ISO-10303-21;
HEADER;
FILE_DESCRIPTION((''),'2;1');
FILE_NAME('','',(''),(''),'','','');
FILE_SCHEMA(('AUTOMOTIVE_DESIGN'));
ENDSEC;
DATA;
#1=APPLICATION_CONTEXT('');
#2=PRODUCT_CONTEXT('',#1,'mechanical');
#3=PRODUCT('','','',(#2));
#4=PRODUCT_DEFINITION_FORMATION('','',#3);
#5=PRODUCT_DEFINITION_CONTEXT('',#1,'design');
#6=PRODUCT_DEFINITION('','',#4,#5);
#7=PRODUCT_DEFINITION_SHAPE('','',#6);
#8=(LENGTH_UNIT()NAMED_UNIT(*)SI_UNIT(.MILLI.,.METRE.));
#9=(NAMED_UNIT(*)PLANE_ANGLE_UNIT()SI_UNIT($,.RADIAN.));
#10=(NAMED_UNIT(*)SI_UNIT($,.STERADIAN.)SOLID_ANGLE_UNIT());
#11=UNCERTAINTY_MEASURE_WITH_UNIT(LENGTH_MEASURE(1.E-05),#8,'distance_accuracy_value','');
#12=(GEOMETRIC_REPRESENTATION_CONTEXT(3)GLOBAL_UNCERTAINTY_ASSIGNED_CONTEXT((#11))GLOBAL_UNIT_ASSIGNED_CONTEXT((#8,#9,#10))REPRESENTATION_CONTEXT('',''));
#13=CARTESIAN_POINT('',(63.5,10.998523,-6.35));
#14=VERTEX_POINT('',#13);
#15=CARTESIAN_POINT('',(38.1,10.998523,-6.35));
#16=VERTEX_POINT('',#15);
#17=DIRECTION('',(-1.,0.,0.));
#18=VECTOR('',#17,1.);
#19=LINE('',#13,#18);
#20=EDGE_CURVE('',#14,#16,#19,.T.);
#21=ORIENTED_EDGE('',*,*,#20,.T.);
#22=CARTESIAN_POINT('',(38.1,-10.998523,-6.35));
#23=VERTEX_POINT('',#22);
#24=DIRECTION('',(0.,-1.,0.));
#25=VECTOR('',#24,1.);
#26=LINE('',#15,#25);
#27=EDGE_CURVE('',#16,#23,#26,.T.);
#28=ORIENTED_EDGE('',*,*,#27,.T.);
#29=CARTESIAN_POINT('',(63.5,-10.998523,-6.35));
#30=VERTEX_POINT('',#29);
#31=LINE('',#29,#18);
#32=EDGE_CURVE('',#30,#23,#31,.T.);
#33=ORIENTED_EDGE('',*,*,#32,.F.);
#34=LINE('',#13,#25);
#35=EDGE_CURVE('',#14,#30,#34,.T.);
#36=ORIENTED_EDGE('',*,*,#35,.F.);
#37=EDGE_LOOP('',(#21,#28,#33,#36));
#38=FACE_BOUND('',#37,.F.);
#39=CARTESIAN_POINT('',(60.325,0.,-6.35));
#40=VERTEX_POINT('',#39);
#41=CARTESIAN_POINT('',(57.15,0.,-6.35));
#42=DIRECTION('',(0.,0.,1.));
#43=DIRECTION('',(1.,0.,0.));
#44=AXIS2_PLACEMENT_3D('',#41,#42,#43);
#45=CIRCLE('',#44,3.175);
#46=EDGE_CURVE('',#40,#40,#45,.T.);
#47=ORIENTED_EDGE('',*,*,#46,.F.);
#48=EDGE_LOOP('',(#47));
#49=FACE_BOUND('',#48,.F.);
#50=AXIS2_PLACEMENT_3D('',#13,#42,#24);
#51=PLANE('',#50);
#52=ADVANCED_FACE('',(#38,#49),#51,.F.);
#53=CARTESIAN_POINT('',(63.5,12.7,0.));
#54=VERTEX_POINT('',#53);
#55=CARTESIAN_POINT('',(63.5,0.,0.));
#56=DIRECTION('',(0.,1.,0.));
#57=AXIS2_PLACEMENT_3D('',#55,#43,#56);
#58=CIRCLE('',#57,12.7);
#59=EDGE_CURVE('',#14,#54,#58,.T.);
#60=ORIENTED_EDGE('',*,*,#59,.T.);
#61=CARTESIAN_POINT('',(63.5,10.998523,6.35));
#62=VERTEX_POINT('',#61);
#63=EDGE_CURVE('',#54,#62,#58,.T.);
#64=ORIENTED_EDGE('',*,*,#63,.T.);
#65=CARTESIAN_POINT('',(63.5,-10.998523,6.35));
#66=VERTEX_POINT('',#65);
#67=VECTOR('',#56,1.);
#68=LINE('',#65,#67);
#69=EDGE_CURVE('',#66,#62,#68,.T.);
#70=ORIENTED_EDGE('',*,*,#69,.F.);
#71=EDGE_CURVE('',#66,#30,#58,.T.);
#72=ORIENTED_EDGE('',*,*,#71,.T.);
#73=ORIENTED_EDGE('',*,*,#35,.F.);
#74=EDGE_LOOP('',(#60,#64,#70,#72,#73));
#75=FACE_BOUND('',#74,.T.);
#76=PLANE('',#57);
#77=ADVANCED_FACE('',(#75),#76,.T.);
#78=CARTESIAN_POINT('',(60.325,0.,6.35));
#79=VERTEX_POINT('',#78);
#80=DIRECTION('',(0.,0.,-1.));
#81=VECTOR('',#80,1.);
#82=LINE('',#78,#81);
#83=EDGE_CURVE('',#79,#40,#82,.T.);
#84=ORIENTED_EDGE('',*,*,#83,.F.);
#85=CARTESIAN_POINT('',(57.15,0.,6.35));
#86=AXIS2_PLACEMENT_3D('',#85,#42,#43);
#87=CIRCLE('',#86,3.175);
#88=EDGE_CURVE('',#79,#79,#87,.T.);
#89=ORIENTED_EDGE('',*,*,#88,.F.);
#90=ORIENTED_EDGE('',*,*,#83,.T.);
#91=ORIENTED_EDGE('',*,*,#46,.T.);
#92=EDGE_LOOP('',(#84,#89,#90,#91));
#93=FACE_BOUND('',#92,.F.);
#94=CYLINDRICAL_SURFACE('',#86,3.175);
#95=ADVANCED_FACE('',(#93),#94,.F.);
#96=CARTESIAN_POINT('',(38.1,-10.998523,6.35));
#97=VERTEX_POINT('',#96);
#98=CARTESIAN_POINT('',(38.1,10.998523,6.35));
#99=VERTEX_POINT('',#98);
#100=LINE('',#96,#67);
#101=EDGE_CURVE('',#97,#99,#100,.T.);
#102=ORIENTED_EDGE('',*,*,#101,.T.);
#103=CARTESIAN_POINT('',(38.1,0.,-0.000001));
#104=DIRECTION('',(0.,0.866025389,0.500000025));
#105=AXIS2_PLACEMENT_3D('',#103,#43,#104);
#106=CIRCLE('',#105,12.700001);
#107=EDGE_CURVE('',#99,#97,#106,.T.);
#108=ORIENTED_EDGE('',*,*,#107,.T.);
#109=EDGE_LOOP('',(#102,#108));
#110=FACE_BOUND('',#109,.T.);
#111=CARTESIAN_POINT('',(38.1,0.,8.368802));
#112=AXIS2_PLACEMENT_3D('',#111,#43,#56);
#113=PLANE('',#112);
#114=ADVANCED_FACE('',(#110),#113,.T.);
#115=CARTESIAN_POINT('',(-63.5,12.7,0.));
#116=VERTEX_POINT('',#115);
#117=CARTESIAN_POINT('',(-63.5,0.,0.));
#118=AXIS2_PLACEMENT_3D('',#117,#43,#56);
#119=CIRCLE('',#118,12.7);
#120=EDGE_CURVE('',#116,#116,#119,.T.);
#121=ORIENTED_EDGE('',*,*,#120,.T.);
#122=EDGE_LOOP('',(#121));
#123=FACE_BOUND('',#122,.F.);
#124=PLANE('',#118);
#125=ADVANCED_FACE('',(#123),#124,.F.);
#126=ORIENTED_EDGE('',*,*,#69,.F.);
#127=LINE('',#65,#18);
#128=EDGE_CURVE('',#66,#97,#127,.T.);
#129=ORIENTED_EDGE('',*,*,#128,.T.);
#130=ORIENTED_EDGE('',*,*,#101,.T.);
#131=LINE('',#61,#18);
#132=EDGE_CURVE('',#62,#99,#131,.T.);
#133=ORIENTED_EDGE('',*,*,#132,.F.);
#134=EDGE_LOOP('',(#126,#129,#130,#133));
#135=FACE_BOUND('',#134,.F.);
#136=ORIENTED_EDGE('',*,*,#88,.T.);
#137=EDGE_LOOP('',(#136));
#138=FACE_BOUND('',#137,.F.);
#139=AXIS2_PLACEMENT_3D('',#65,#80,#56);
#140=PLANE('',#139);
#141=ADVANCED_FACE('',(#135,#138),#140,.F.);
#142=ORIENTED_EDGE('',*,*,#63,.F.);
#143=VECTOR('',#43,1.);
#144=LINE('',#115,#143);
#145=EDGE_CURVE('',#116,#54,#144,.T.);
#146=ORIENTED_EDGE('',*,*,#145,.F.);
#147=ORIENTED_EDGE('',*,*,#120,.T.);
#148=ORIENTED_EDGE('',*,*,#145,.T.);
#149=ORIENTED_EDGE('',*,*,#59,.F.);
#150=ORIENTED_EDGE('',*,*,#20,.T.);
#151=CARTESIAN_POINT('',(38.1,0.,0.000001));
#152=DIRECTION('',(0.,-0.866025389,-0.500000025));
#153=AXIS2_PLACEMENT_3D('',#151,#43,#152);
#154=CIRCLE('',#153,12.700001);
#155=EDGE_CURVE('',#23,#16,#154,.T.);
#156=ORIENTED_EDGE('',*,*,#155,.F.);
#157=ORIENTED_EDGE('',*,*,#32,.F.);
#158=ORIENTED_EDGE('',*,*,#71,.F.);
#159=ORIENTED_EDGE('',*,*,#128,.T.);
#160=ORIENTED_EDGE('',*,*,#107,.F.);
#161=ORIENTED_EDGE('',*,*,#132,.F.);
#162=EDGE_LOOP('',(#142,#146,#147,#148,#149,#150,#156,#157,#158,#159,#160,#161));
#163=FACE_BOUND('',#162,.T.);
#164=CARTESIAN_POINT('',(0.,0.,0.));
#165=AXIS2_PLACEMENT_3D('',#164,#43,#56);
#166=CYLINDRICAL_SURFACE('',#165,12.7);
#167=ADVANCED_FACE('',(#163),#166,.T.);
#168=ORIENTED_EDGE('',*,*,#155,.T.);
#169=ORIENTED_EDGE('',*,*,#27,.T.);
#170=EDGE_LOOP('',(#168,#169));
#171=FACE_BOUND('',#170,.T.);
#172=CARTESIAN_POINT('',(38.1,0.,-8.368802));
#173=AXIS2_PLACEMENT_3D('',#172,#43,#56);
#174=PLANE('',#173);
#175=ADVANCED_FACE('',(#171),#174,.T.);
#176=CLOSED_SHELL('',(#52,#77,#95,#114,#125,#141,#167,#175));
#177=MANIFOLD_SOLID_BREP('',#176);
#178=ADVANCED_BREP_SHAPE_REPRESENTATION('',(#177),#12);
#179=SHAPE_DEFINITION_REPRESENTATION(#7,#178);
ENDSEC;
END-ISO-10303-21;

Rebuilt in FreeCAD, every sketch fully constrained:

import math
import FreeCAD as App
import Part
import Sketcher

V = App.Vector
Q = App.Units.Quantity

doc = App.newDocument("Part")
params = doc.addObject("Spreadsheet::Sheet", "Params")
for row, (alias, value) in enumerate([
    ("sketch1_diameter", "1 in"),
    ("pad1_length", "5 in"),
    ("sketch2_radius", "0.5 in"),
    ("pocket1_length", "1 in"),
    ("sketch3_diameter", "0.25 in"),
], start=1):
    params.set(f"A{row}", alias)
    params.set(f"B{row}", "=" + value)
    params.setAlias(f"B{row}", alias)

body = doc.addObject("PartDesign::Body", "Body")

# Sketch on YZ plane
sketch1 = doc.addObject("Sketcher::SketchObject", "Sketch")
body.addObject(sketch1)
sketch1.AttachmentSupport = (doc.YZ_Plane, [""])
sketch1.MapMode = "FlatFace"
sketch1.addGeometry(Part.Circle(V(0, 0, 0), V(0, 0, 1), 12.7), False)
sketch1.addConstraint([
    Sketcher.Constraint("Coincident", 0, 3, -1, 1),
    Sketcher.Constraint("Diameter", 0, Q("1 in")),
])
sketch1.setExpression("Constraints[1]", "Params.sketch1_diameter")
pad1 = doc.addObject("PartDesign::Pad", "Pad")
body.addObject(pad1)
pad1.Profile = sketch1
pad1.setExpression("Length", "Params.pad1_length")
pad1.Midplane = True

# Sketch on YZ plane
sketch2 = doc.addObject("Sketcher::SketchObject", "Sketch001")
body.addObject(sketch2)
sketch2.AttachmentSupport = (doc.YZ_Plane, [""])
sketch2.MapMode = "FlatFace"
sketch2.AttachmentOffset = App.Placement(V(0, 0, 2.5 * 25.4), App.Rotation())
sketch2.addGeometry([
    Part.LineSegment(V(10.998523, -6.35, 0), V(-10.998523, -6.35, 0)),
    Part.ArcOfCircle(Part.Circle(V(0, 0.000001, 0), V(0, 0, 1), 12.700001), math.radians(-149.999998), math.radians(-30.000002)),
    Part.ArcOfCircle(Part.Circle(V(0, -0.000001, 0), V(0, 0, 1), 12.700001), math.radians(30.000002), math.radians(149.999998)),
    Part.LineSegment(V(-10.998523, 6.35, 0), V(10.998523, 6.35, 0)),
], False)
sketch2.addConstraint([
    Sketcher.Constraint("Coincident", 0, 1, 1, 2),
    Sketcher.Constraint("Coincident", 1, 1, 0, 2),
    Sketcher.Constraint("Coincident", 2, 1, 3, 2),
    Sketcher.Constraint("Coincident", 3, 1, 2, 2),
    Sketcher.Constraint("Horizontal", 0),
    Sketcher.Constraint("Horizontal", 3),
    Sketcher.Constraint("Coincident", 1, 3, -1, 1),
    Sketcher.Constraint("Coincident", 2, 3, -1, 1),
    Sketcher.Constraint("Equal", 1, 2),
    Sketcher.Constraint("Vertical", 0, 1, 2, 1),
    Sketcher.Constraint("Radius", 1, Q("0.5 in")),
    Sketcher.Constraint("DistanceY", 0, 1, 2, 1, Q("0.5 in")),
])
sketch2.setExpression("Constraints[10]", "Params.sketch2_radius")
pocket1 = doc.addObject("PartDesign::Pocket", "Pocket")
body.addObject(pocket1)
pocket1.Profile = sketch2
pocket1.setExpression("Length", "Params.pocket1_length")

# Sketch on XY plane
sketch3 = doc.addObject("Sketcher::SketchObject", "Sketch002")
body.addObject(sketch3)
sketch3.AttachmentSupport = (doc.XY_Plane, [""])
sketch3.MapMode = "FlatFace"
sketch3.AttachmentOffset = App.Placement(V(0, 0, 0.25 * 25.4), App.Rotation())
sketch3.addGeometry(Part.Circle(V(57.15, 0, 0), V(0, 0, 1), 3.175), False)
sketch3.addConstraint([
    Sketcher.Constraint("PointOnObject", 0, 3, -1),
    Sketcher.Constraint("Diameter", 0, Q("0.25 in")),
    Sketcher.Constraint("DistanceX", -1, 1, 0, 3, Q("2.25 in")),
])
sketch3.setExpression("Constraints[1]", "Params.sketch3_diameter")
pocket2 = doc.addObject("PartDesign::Pocket", "Pocket001")
body.addObject(pocket2)
pocket2.Profile = sketch3
pocket2.Type = "ThroughAll"

doc.recompute()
====================
TASK → Output the lines above between the one holding "#58=CIRCLE('',#57,12.7);" and the one holding "#95=ADVANCED_FACE('',(#93),#94,.F.);", inclusive, with nothing before or after them.

RESPONSE TO THIS TASK →
#58=CIRCLE('',#57,12.7);
#59=EDGE_CURVE('',#14,#54,#58,.T.);
#60=ORIENTED_EDGE('',*,*,#59,.T.);
#61=CARTESIAN_POINT('',(63.5,10.998523,6.35));
#62=VERTEX_POINT('',#61);
#63=EDGE_CURVE('',#54,#62,#58,.T.);
#64=ORIENTED_EDGE('',*,*,#63,.T.);
#65=CARTESIAN_POINT('',(63.5,-10.998523,6.35));
#66=VERTEX_POINT('',#65);
#67=VECTOR('',#56,1.);
#68=LINE('',#65,#67);
#69=EDGE_CURVE('',#66,#62,#68,.T.);
#70=ORIENTED_EDGE('',*,*,#69,.F.);
#71=EDGE_CURVE('',#66,#30,#58,.T.);
#72=ORIENTED_EDGE('',*,*,#71,.T.);
#73=ORIENTED_EDGE('',*,*,#35,.F.);
#74=EDGE_LOOP('',(#60,#64,#70,#72,#73));
#75=FACE_BOUND('',#74,.T.);
#76=PLANE('',#57);
#77=ADVANCED_FACE('',(#75),#76,.T.);
#78=CARTESIAN_POINT('',(60.325,0.,6.35));
#79=VERTEX_POINT('',#78);
#80=DIRECTION('',(0.,0.,-1.));
#81=VECTOR('',#80,1.);
#82=LINE('',#78,#81);
#83=EDGE_CURVE('',#79,#40,#82,.T.);
#84=ORIENTED_EDGE('',*,*,#83,.F.);
#85=CARTESIAN_POINT('',(57.15,0.,6.35));
#86=AXIS2_PLACEMENT_3D('',#85,#42,#43);
#87=CIRCLE('',#86,3.175);
#88=EDGE_CURVE('',#79,#79,#87,.T.);
#89=ORIENTED_EDGE('',*,*,#88,.F.);
#90=ORIENTED_EDGE('',*,*,#83,.T.);
#91=ORIENTED_EDGE('',*,*,#46,.T.);
#92=EDGE_LOOP('',(#84,#89,#90,#91));
#93=FACE_BOUND('',#92,.F.);
#94=CYLINDRICAL_SURFACE('',#86,3.175);
#95=ADVANCED_FACE('',(#93),#94,.F.);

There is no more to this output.